Many Americans have grown up learning the bit of doggerel that says, “Sticks and stones may break my bones, but names will never hurt me.” This is simply untrue. Names—“coon,” “spic,” “wop,” “hebe,” “raghead” (epithets that have been used as labels for African Americans, Italians, Latinos, Jews, and Arabs, respectively)—and other such derogatory terms hurt those targeted by such expressions. They are harmful. Name-calling is discrimination. So, too, of course, is any manifestation of denial of access and attacks against others based on race, creed, color, gender, or sexual orientation. Such actions range from segregation and ghettoization to “ethnic cleansing” and genocide, the deliberate mass murder of a targeted population. Every one of these forms of discrimination has occurred over the centuries. The 21st century appears to be no exception.

Many years ago, in an essay, “Discrimination and the American Creed,” the American sociologist Robert K. Merton pointed out that it is a fact that many prejudiced people do act in a discriminatory manner and that some, far fewer, nonprejudiced people never discriminate. At the same time, there are many who might be prejudiced but refrain from acting on their beliefs and feelings and desires and many who are inclined to discriminate but are somehow reluctant to do so. Merton sagely suggested that a key factor in these seemingly curious conundrums is the situation in which individuals find themselves.

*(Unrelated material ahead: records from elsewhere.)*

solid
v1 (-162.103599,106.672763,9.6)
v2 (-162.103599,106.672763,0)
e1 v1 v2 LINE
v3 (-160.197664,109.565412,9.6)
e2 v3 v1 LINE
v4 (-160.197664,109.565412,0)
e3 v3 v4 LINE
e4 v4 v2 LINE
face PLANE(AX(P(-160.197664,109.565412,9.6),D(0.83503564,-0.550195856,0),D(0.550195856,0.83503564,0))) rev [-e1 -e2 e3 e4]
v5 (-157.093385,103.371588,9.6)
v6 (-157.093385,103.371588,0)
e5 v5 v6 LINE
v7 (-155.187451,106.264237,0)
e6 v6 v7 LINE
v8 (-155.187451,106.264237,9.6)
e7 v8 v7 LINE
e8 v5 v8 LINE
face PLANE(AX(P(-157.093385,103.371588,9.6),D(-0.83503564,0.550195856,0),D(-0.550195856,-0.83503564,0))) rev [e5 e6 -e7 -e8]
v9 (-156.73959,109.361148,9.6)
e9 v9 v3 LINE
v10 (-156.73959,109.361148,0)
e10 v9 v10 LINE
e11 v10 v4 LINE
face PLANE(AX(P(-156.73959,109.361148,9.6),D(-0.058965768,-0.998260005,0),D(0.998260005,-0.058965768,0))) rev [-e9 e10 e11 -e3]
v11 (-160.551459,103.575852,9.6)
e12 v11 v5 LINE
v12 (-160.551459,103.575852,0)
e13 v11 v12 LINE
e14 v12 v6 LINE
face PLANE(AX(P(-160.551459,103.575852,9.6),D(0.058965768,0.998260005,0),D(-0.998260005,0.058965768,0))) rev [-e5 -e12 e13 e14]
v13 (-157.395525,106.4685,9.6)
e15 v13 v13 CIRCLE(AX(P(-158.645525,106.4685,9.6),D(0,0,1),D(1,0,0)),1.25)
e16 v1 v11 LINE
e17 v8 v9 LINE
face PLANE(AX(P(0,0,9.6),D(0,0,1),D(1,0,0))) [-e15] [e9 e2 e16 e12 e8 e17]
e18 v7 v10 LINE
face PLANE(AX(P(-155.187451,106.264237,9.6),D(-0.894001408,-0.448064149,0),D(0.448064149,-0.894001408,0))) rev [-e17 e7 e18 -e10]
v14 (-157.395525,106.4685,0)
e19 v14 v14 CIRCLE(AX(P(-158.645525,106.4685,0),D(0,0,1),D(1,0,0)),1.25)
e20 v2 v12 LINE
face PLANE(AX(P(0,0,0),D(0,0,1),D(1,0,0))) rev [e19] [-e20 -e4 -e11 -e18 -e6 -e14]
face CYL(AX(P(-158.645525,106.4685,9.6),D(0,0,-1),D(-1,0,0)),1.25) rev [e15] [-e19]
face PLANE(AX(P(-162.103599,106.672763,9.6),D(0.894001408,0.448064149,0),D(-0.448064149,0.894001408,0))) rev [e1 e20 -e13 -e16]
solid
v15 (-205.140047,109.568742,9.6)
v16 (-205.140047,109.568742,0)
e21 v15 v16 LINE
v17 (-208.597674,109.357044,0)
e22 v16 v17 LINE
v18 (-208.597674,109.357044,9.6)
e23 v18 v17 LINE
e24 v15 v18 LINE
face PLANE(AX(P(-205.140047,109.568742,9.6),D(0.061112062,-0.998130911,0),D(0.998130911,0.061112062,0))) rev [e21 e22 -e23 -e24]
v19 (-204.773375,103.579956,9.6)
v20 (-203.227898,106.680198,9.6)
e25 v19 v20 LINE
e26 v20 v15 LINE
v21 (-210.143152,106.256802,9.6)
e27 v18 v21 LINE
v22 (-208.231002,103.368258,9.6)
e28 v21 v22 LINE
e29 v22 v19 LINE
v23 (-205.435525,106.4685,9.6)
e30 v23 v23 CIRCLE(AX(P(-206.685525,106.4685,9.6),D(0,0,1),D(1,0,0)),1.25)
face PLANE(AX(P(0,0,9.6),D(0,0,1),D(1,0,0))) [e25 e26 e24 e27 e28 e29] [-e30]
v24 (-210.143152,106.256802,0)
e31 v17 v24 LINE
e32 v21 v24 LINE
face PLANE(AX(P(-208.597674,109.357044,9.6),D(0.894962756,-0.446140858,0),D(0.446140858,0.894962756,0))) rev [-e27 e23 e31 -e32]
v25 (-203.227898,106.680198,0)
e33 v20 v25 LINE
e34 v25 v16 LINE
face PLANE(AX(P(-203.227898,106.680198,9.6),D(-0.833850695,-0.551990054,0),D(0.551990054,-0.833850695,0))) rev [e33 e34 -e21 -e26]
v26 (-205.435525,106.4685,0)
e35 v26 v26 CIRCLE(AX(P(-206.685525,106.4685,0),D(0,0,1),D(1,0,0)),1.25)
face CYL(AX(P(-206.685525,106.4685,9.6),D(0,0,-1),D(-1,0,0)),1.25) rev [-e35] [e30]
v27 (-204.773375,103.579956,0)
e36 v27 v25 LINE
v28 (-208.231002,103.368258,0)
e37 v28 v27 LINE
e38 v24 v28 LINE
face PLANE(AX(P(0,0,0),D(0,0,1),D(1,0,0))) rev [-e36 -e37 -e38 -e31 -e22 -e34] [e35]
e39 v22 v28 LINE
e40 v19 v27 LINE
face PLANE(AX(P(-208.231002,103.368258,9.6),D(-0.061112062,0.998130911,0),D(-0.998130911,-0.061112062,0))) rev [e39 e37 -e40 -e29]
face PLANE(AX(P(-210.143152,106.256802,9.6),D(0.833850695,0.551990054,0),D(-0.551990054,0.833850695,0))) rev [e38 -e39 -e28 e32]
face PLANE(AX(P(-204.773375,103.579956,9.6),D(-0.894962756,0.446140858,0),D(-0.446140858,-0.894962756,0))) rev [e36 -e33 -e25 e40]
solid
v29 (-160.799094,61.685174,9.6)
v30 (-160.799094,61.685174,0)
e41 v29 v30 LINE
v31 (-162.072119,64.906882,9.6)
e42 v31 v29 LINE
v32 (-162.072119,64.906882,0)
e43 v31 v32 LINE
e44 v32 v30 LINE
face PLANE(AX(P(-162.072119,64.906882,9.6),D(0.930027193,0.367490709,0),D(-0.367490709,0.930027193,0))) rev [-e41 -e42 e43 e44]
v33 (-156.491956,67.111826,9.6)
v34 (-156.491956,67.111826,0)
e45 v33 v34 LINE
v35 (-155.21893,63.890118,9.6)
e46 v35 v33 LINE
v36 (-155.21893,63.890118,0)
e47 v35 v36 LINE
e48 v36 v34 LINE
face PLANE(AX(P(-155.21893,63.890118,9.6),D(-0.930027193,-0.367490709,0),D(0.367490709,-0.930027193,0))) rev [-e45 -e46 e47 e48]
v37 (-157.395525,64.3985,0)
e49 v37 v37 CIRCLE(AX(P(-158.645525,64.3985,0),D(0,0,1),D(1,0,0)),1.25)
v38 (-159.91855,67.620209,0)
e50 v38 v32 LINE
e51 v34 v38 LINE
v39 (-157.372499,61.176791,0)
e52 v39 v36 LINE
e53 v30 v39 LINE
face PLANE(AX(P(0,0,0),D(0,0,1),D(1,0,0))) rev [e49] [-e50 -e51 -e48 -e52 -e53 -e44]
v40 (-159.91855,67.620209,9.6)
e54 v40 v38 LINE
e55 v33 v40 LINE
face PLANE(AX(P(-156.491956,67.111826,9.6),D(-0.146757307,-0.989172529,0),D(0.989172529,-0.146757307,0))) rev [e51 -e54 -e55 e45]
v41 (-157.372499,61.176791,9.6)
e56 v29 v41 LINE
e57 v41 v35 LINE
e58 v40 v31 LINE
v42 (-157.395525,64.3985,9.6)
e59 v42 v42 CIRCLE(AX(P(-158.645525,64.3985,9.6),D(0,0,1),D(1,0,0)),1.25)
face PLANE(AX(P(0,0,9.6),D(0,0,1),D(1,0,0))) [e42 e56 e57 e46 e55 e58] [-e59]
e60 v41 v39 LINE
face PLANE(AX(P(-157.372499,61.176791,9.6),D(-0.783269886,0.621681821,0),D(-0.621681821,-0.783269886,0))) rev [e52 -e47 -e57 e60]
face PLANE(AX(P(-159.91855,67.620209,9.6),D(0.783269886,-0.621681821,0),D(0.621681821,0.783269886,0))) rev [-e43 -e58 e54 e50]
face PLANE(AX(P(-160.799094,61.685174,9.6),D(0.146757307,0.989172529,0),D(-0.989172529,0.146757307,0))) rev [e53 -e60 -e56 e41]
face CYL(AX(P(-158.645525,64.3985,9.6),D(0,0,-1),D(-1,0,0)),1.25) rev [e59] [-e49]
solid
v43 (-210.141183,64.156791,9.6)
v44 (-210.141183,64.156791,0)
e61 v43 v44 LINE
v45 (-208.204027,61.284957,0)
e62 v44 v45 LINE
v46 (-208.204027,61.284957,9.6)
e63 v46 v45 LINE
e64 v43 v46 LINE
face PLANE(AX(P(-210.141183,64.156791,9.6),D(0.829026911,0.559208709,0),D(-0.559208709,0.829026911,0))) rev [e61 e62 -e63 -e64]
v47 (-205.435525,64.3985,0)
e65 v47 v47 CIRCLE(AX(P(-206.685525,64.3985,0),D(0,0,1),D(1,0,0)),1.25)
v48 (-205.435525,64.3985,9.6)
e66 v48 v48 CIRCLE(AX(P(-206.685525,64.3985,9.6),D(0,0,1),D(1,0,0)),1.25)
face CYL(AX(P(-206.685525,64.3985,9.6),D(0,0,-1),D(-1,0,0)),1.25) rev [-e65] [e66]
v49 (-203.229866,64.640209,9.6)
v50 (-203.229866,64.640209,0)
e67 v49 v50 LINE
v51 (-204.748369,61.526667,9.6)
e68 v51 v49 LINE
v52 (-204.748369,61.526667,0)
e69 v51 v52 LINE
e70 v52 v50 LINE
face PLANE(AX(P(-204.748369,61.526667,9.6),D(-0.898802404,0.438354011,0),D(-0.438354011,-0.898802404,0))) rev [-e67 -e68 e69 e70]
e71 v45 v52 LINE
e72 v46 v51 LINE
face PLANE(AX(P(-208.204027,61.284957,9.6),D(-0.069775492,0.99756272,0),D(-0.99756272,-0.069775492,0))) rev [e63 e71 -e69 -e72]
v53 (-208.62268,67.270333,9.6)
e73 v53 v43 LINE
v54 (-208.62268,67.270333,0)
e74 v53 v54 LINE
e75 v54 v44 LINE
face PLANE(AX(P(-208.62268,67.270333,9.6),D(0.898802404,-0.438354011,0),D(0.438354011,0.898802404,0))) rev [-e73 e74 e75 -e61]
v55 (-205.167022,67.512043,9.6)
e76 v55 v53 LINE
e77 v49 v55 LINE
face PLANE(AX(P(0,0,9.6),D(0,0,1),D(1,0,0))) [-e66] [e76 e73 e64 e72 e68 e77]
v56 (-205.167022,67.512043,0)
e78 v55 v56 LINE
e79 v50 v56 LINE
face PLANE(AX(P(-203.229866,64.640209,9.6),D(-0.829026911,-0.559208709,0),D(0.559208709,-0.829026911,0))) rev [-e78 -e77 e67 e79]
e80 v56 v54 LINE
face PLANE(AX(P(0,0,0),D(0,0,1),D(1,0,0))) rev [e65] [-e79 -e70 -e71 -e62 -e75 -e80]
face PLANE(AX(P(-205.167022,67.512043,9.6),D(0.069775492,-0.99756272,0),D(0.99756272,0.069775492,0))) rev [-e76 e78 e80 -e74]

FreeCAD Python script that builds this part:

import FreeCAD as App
import Part
import Sketcher

V = App.Vector


def add_polygon(sketch, points):
    """Adds a closed chain of lines whose ends are joined by coincident constraints."""
    first, n = sketch.GeometryCount, len(points)
    for a, b in zip(points, points[1:] + points[:1]):
        sketch.addGeometry(Part.LineSegment(App.Vector(*a, 0), App.Vector(*b, 0)), False)
    for i in range(n):
        sketch.addConstraint(Sketcher.Constraint("Coincident", first + i, 2, first + (i + 1) % n, 1))

doc = App.newDocument("Part")
body = doc.addObject("PartDesign::Body", "Body")

# Sketch on XY plane
sketch1 = body.newObject("Sketcher::SketchObject", "Sketch")
sketch1.AttachmentSupport = (doc.getObject("XY_Plane"), [""])
sketch1.MapMode = "FlatFace"
add_polygon(sketch1, [(-204.8, 103.6), (-203.2, 106.7), (-205.1, 109.6), (-208.6, 109.4), (-210.1, 106.3), (-208.2, 103.4)])  # lines 0-5
sketch1.addGeometry(Part.Circle(V(-206.7, 106.5, 0), V(0, 0, 1), 1.2), False)  # 6
sketch1.addConstraint([
    Sketcher.Constraint("Parallel", 0, 3),
    Sketcher.Constraint("Parallel", 1, 4),
    Sketcher.Constraint("Parallel", 2, 5),
    Sketcher.Constraint("Equal", 0, 1),
    Sketcher.Constraint("Equal", 1, 2),
    Sketcher.Constraint("Equal", 2, 3),
    Sketcher.Constraint("Diameter", 6, 2.5),
    Sketcher.Constraint("DistanceX", 4, 2, -1, 1, 208.231002),
    Sketcher.Constraint("Distance", 0, 3.464102),
    Sketcher.Constraint("DistanceY", -1, 1, 6, 3, 106.4685),
    Sketcher.Constraint("DistanceY", -1, 1, 0, 2, 106.680198),
    Sketcher.Constraint("DistanceY", -1, 1, 3, 2, 106.256802),
    Sketcher.Constraint("DistanceY", 2, 2, 1, 2, 0.211698),
    Sketcher.Constraint("DistanceY", -1, 1, 1, 2, 109.568742),
    Sketcher.Constraint("DistanceX", 2, 2, 6, 3, 1.91215),
])
pad1 = body.newObject("PartDesign::Pad", "Pad")
pad1.Profile = sketch1
pad1.Length = 9.6
body2 = doc.addObject("PartDesign::Body", "Body001")

# Sketch on XY plane
sketch2 = body2.newObject("Sketcher::SketchObject", "Sketch001")
sketch2.AttachmentSupport = (doc.getObject("XY_Plane001"), [""])
sketch2.MapMode = "FlatFace"
add_polygon(sketch2, [(-157.1, 103.4), (-155.2, 106.3), (-156.7, 109.4), (-160.2, 109.6), (-162.1, 106.7), (-160.6, 103.6)])  # lines 0-5
sketch2.addGeometry(Part.Circle(V(-158.6, 106.5, 0), V(0, 0, 1), 1.2), False)  # 6
sketch2.addConstraint([
    Sketcher.Constraint("Parallel", 0, 3),
    Sketcher.Constraint("Parallel", 1, 4),
    Sketcher.Constraint("Parallel", 2, 5),
    Sketcher.Constraint("Equal", 0, 1),
    Sketcher.Constraint("Equal", 1, 2),
    Sketcher.Constraint("Equal", 2, 3),
    Sketcher.Constraint("Diameter", 6, 2.5),
    Sketcher.Constraint("Distance", 0, 3.464102),
    Sketcher.Constraint("DistanceY", -1, 1, 6, 3, 106.4685),
    Sketcher.Constraint("DistanceX", 3, 2, -1, 1, 162.103599),
    Sketcher.Constraint("DistanceX", 0, 2, -1, 1, 155.187451),
    Sketcher.Constraint("DistanceX", 1, 2, -1, 1, 156.73959),
    Sketcher.Constraint("DistanceY", -1, 1, 1, 2, 109.361148),
    Sketcher.Constraint("DistanceY", -1, 1, 2, 2, 109.565412),
    Sketcher.Constraint("DistanceX", 2, 2, 6, 3, 1.55214),
])
pad2 = body2.newObject("PartDesign::Pad", "Pad001")
pad2.Profile = sketch2
pad2.Length = 9.6
body3 = doc.addObject("PartDesign::Body", "Body002")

While those in the first two categories—who might be called “active bigots” and “open-minded liberals,” respectively—are readily identifiable, they are in the minority. According to Merton, far more people fall into the other cells of the typology. The prejudiced nondiscriminators are those who may harbor all sorts of negative thoughts about others but are restrained by law or custom from acting on their preconceived assumptions. The nonprejudiced discriminators are those who “know better” but follow certain policies and practices because they do not want to rock the boat. They may consciously go along to get along. The last two types, aptly labeled “timid bigots” and “fair-weather liberals,” are both clearly influenced by the circumstances in which they find themselves. The importance of this cannot be overstated: In the first case, restraint prevents prejudiced people from turning thoughts into actions; in the second, altering the social conditions by enacting and enforcing antidiscrimination laws can give license to those who go along to get along despite their own beliefs, to bring behavior into line with sentiments.